%%

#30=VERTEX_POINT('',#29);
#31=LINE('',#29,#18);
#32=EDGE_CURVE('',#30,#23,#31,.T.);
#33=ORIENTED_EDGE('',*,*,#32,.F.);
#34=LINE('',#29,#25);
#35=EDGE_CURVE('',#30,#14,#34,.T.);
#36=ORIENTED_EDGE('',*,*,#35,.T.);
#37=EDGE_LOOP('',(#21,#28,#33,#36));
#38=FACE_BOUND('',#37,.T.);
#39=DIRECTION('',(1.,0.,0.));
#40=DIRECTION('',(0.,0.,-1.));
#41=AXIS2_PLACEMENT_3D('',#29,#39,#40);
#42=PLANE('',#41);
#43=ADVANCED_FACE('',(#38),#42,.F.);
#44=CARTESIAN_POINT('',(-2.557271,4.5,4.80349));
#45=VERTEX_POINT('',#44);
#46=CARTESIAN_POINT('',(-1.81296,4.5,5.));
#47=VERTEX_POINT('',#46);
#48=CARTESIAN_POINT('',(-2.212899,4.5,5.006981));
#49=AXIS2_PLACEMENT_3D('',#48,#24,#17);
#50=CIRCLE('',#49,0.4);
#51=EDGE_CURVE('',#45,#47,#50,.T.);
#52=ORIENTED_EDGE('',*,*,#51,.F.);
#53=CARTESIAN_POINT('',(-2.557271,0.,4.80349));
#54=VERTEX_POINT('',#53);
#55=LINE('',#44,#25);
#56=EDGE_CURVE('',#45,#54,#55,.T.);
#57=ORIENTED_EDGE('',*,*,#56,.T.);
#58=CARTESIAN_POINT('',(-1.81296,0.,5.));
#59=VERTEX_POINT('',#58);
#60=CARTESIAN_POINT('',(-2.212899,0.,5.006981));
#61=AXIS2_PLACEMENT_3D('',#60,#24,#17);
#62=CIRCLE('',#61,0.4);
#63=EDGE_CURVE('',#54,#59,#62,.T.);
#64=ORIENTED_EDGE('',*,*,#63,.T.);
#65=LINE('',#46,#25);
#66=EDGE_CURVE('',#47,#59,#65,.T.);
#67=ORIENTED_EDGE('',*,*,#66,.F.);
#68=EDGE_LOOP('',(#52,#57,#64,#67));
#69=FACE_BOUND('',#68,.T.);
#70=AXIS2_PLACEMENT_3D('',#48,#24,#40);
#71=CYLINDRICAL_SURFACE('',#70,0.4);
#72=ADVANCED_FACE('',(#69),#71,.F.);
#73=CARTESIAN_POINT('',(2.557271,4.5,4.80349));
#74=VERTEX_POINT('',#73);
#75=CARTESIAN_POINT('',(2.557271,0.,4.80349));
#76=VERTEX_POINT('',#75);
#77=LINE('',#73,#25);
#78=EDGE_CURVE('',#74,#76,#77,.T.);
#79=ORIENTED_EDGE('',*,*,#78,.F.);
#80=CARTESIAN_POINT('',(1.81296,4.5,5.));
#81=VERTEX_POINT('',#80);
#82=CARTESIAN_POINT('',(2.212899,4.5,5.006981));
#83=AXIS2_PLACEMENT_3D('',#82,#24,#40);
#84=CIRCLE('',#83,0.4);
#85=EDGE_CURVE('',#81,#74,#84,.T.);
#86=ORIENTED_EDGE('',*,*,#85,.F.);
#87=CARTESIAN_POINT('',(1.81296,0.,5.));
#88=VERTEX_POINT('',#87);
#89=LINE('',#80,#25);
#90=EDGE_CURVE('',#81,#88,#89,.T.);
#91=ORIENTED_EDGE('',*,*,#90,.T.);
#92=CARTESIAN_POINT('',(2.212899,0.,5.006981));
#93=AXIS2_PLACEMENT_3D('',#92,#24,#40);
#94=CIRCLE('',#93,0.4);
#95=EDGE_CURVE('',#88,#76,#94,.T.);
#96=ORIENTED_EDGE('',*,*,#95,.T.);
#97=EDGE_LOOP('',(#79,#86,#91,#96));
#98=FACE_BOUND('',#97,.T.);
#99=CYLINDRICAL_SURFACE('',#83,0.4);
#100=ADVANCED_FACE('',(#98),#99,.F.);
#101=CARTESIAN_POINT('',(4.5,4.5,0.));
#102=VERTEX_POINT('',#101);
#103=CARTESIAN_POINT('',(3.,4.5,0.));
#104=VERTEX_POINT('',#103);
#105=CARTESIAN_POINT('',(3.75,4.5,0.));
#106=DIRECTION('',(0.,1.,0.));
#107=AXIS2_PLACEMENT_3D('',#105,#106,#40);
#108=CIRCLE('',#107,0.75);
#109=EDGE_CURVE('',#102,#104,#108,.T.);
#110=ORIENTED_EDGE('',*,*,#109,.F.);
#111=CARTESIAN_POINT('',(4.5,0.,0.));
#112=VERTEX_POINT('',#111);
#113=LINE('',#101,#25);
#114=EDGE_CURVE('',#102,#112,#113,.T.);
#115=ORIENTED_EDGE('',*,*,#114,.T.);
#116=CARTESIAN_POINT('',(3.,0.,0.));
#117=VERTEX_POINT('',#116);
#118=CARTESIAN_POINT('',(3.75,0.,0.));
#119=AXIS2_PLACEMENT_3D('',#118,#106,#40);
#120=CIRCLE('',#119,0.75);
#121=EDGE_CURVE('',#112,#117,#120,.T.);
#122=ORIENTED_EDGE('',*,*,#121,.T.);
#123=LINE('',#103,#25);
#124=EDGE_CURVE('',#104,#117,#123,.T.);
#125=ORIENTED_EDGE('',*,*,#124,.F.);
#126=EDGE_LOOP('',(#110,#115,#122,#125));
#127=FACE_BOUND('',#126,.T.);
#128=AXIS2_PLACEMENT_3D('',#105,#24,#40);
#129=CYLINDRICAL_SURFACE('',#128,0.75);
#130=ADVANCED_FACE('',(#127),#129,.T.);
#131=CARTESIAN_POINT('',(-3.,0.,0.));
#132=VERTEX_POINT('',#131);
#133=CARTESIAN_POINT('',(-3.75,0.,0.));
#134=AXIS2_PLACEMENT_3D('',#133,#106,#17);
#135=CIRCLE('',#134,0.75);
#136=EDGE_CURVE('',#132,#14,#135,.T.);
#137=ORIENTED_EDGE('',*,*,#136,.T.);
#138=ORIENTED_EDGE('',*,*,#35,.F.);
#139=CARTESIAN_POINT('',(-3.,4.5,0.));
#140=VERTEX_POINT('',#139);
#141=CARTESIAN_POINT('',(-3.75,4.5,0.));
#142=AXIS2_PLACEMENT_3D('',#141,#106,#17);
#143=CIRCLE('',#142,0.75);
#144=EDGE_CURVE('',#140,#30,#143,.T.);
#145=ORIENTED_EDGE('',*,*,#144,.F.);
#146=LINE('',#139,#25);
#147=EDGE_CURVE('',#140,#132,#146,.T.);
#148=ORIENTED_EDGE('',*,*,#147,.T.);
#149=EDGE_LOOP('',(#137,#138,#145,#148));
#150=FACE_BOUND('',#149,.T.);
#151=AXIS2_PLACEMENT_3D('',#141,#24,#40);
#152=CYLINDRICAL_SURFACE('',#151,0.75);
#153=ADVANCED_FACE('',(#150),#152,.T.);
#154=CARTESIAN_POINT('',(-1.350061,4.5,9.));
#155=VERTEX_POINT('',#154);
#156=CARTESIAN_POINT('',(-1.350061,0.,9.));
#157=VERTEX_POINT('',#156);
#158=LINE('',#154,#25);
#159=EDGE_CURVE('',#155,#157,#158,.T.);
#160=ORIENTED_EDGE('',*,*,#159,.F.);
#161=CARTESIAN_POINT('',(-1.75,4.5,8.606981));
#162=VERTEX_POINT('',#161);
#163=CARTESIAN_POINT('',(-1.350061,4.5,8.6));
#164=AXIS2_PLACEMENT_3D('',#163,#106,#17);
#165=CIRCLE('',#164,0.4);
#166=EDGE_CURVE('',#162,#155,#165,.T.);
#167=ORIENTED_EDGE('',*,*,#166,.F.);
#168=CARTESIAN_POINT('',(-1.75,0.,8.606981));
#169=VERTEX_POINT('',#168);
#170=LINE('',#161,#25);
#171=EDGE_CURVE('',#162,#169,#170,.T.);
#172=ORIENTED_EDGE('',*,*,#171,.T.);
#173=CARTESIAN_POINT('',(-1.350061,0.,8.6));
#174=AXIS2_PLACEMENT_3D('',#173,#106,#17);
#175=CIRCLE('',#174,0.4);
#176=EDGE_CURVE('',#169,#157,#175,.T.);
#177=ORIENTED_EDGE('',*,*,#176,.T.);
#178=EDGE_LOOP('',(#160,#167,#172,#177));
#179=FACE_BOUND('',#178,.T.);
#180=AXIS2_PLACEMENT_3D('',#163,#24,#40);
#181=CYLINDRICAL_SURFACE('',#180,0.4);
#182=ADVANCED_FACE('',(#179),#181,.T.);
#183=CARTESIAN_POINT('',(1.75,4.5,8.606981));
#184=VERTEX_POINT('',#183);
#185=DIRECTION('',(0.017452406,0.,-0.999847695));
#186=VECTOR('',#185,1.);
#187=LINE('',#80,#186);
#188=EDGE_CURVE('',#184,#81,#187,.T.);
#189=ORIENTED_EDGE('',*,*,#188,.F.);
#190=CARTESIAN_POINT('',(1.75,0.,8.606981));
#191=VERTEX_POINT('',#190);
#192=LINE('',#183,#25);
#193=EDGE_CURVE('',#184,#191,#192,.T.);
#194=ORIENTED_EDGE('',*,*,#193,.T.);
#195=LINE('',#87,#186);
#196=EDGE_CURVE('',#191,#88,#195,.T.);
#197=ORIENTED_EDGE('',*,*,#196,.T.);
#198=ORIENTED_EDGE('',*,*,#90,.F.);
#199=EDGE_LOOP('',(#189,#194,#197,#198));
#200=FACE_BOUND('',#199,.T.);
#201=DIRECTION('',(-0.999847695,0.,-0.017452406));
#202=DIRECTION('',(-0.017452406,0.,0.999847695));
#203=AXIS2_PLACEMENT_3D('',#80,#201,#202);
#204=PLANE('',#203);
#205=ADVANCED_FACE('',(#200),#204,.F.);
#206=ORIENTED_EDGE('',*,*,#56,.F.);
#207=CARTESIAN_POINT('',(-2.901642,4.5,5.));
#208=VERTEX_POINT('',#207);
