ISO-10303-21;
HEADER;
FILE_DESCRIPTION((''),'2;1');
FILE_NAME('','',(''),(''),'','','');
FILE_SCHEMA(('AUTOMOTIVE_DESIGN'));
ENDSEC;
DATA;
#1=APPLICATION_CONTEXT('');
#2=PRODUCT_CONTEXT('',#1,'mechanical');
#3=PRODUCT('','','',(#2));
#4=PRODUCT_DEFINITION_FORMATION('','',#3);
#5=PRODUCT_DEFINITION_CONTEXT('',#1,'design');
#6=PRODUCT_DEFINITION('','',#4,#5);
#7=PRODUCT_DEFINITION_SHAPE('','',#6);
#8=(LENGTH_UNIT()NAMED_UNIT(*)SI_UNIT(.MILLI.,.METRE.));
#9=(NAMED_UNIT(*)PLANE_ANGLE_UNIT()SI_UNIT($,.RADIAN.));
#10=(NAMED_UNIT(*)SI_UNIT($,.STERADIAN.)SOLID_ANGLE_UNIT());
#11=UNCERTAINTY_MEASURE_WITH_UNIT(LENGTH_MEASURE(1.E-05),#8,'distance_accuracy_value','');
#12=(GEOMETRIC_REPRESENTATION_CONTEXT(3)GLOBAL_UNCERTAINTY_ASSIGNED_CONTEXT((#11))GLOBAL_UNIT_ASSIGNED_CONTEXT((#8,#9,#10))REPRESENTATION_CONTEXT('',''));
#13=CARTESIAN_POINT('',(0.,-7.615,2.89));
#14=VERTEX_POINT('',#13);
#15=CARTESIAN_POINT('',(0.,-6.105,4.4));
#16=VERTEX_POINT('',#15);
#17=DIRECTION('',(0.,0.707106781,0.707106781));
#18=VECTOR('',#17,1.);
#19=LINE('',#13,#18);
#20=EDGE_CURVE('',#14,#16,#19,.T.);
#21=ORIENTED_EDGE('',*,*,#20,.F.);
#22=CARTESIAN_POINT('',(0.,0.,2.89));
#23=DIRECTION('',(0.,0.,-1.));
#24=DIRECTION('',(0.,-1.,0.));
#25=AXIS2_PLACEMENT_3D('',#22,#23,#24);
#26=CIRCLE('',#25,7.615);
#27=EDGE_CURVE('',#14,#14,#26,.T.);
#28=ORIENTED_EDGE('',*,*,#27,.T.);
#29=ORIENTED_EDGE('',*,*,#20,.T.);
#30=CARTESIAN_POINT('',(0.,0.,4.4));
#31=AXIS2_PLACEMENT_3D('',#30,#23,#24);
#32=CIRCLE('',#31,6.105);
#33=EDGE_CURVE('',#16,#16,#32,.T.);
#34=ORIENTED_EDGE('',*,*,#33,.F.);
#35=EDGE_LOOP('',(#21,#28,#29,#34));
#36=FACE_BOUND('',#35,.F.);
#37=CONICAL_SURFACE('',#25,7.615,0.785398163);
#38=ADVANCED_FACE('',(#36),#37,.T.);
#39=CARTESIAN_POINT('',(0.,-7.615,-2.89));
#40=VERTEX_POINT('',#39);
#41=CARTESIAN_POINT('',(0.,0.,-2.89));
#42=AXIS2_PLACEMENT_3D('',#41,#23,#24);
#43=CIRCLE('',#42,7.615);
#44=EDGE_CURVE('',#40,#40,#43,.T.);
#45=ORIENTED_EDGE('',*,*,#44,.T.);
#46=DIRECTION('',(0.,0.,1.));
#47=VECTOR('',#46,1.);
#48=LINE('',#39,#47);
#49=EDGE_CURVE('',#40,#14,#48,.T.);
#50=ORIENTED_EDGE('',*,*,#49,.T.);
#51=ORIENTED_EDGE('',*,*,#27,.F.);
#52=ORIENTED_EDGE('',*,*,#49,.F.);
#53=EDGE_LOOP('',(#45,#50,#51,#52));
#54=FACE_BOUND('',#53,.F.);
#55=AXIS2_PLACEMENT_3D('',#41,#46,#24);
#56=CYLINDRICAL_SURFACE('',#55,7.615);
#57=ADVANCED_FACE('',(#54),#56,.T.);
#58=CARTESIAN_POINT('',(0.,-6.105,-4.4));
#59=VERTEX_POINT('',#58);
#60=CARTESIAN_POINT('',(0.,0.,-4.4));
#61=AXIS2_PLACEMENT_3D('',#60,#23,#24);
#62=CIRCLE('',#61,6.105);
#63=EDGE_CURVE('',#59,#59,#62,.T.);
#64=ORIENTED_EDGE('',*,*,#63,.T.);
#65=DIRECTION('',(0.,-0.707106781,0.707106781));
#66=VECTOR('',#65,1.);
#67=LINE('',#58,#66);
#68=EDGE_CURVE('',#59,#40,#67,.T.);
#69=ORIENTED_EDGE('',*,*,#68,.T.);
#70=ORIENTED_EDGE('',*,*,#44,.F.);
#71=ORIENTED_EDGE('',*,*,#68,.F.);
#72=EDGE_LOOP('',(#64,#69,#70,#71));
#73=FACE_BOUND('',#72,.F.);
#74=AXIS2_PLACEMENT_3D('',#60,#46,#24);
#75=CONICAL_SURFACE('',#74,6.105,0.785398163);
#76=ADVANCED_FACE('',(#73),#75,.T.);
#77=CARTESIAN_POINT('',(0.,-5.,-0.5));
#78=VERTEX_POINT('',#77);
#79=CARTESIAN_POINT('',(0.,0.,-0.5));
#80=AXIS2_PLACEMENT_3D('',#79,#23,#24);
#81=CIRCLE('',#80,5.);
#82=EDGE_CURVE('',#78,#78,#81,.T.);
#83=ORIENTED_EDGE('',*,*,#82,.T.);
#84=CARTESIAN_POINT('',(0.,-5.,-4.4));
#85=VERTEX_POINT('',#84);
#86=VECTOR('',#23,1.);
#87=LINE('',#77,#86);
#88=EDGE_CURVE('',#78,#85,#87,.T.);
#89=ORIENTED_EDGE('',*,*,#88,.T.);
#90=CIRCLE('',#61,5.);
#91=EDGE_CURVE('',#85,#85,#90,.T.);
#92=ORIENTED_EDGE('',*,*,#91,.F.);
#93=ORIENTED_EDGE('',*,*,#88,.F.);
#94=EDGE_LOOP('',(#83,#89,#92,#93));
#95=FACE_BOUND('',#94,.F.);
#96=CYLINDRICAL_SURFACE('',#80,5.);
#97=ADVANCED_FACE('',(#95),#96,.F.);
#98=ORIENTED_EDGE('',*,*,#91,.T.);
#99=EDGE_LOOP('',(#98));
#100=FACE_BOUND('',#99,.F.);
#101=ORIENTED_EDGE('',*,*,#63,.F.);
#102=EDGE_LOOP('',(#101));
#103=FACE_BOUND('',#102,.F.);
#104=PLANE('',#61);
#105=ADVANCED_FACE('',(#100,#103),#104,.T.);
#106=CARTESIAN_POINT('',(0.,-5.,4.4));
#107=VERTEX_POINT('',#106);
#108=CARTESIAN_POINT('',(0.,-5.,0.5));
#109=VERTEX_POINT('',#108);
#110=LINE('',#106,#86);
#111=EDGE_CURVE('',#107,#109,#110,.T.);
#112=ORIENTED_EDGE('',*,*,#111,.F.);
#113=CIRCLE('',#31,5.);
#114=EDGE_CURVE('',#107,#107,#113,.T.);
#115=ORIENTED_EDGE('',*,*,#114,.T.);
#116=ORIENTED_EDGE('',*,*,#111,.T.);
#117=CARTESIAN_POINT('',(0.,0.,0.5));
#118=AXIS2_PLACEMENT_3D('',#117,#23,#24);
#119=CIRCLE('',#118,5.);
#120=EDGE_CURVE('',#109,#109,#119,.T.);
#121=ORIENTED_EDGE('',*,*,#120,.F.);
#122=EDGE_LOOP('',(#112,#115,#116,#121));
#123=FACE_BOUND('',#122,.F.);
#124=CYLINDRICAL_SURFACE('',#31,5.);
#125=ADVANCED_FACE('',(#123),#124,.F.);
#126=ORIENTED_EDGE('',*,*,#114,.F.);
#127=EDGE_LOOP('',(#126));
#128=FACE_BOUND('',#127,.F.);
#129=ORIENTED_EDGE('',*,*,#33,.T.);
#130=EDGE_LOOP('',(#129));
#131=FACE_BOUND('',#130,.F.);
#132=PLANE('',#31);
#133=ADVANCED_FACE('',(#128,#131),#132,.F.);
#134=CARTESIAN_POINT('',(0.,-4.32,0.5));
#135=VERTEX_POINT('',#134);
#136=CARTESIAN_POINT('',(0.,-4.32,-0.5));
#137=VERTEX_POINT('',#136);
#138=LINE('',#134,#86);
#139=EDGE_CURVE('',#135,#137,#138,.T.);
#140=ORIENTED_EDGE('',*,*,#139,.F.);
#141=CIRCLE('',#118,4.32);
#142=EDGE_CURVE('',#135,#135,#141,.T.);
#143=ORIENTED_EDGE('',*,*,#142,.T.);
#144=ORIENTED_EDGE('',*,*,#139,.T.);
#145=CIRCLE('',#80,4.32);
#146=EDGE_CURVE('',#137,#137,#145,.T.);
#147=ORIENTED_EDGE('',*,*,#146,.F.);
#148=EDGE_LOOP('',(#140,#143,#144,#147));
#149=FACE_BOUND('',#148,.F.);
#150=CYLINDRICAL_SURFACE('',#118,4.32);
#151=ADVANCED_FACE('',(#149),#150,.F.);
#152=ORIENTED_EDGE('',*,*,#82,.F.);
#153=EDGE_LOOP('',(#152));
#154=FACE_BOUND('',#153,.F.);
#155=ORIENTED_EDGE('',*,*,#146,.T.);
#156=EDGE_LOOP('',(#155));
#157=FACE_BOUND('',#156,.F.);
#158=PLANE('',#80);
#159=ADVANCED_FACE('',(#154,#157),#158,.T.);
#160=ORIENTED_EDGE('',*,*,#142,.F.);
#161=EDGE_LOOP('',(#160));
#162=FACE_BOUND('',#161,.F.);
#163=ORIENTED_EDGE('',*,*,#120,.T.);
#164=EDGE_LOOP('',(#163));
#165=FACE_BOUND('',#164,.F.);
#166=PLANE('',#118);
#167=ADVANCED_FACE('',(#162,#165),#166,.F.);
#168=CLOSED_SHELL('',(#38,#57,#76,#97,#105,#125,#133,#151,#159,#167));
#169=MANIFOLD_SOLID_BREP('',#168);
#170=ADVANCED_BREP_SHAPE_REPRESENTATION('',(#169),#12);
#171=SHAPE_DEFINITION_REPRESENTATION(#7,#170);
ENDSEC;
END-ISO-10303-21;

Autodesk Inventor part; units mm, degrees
ref_plane "YZ Plane" through (0, 0, 0) normal (1, 0, 0) x (0, 1, 0)
ref_plane "XZ Plane" through (0, 0, 0) normal (0, 1, 0) x (-1, 0, 0)
ref_plane "XY Plane" through (0, 0, 0) normal (0, 0, 1) x (1, 0, 0)
sketch "Sketch1" plane through (0, 0, 0) normal (1, 0, 0) x (0, 1, 0)
  line L0 (-5, 0.5) -> (-4.32, 0.5)
  line L1 (-4.32, 0.5) -> (-4.32, -0.5)
  line L2 (-4.32, -0.5) -> (-5, -0.5)
  line L3 (-5, -0.5) -> (-5, -4.4)
  line L4 (-5, -4.4) -> (-6.105, -4.4)
  line L5 (-6.105, -4.4) -> (-7.615, -2.89)
  line L6 (-7.615, -2.89) -> (-7.615, 2.89)
  line L7 (-7.615, 2.89) -> (-6.105, 4.4)
  line L8 (-6.105, 4.4) -> (-5, 4.4)
  line L9 (-5, 4.4) -> (-5, 0.5)
  line L10 (0, 5.0853) -> (0, -4.725)
  point P0 (0, 0)
  point P1 (-4.32, 0)
  dimension "d0" = 2.615
  dimension "d1" = 8.8
  dimension "d2" = 5.78
  dimension "d3" = 135
  dimension "d4" = 1.105
  dimension "d6" = 1
  dimension "d7" = 0.68
  dimension "d8" = 3.9
  dimension "d9" = 10
revolve "Revolution1" add sketch "Sketch1" angle 360 about axis through (0, 0, 5.0853) along (0, 0, -1)
properties part number "Xtreme Mini V Wheel" material "Rubber, Silicone"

%%

Transcribe the records above from the line holding "#105=ADVANCED_FACE('',(#100,#103),#104,.T.);" down to the line holding "#130=EDGE_LOOP('',(#129));", inclusive, without adding anything.

* _YOUR RESPONSE_
#105=ADVANCED_FACE('',(#100,#103),#104,.T.);
#106=CARTESIAN_POINT('',(0.,-5.,4.4));
#107=VERTEX_POINT('',#106);
#108=CARTESIAN_POINT('',(0.,-5.,0.5));
#109=VERTEX_POINT('',#108);
#110=LINE('',#106,#86);
#111=EDGE_CURVE('',#107,#109,#110,.T.);
#112=ORIENTED_EDGE('',*,*,#111,.F.);
#113=CIRCLE('',#31,5.);
#114=EDGE_CURVE('',#107,#107,#113,.T.);
#115=ORIENTED_EDGE('',*,*,#114,.T.);
#116=ORIENTED_EDGE('',*,*,#111,.T.);
#117=CARTESIAN_POINT('',(0.,0.,0.5));
#118=AXIS2_PLACEMENT_3D('',#117,#23,#24);
#119=CIRCLE('',#118,5.);
#120=EDGE_CURVE('',#109,#109,#119,.T.);
#121=ORIENTED_EDGE('',*,*,#120,.F.);
#122=EDGE_LOOP('',(#112,#115,#116,#121));
#123=FACE_BOUND('',#122,.F.);
#124=CYLINDRICAL_SURFACE('',#31,5.);
#125=ADVANCED_FACE('',(#123),#124,.F.);
#126=ORIENTED_EDGE('',*,*,#114,.F.);
#127=EDGE_LOOP('',(#126));
#128=FACE_BOUND('',#127,.F.);
#129=ORIENTED_EDGE('',*,*,#33,.T.);
#130=EDGE_LOOP('',(#129));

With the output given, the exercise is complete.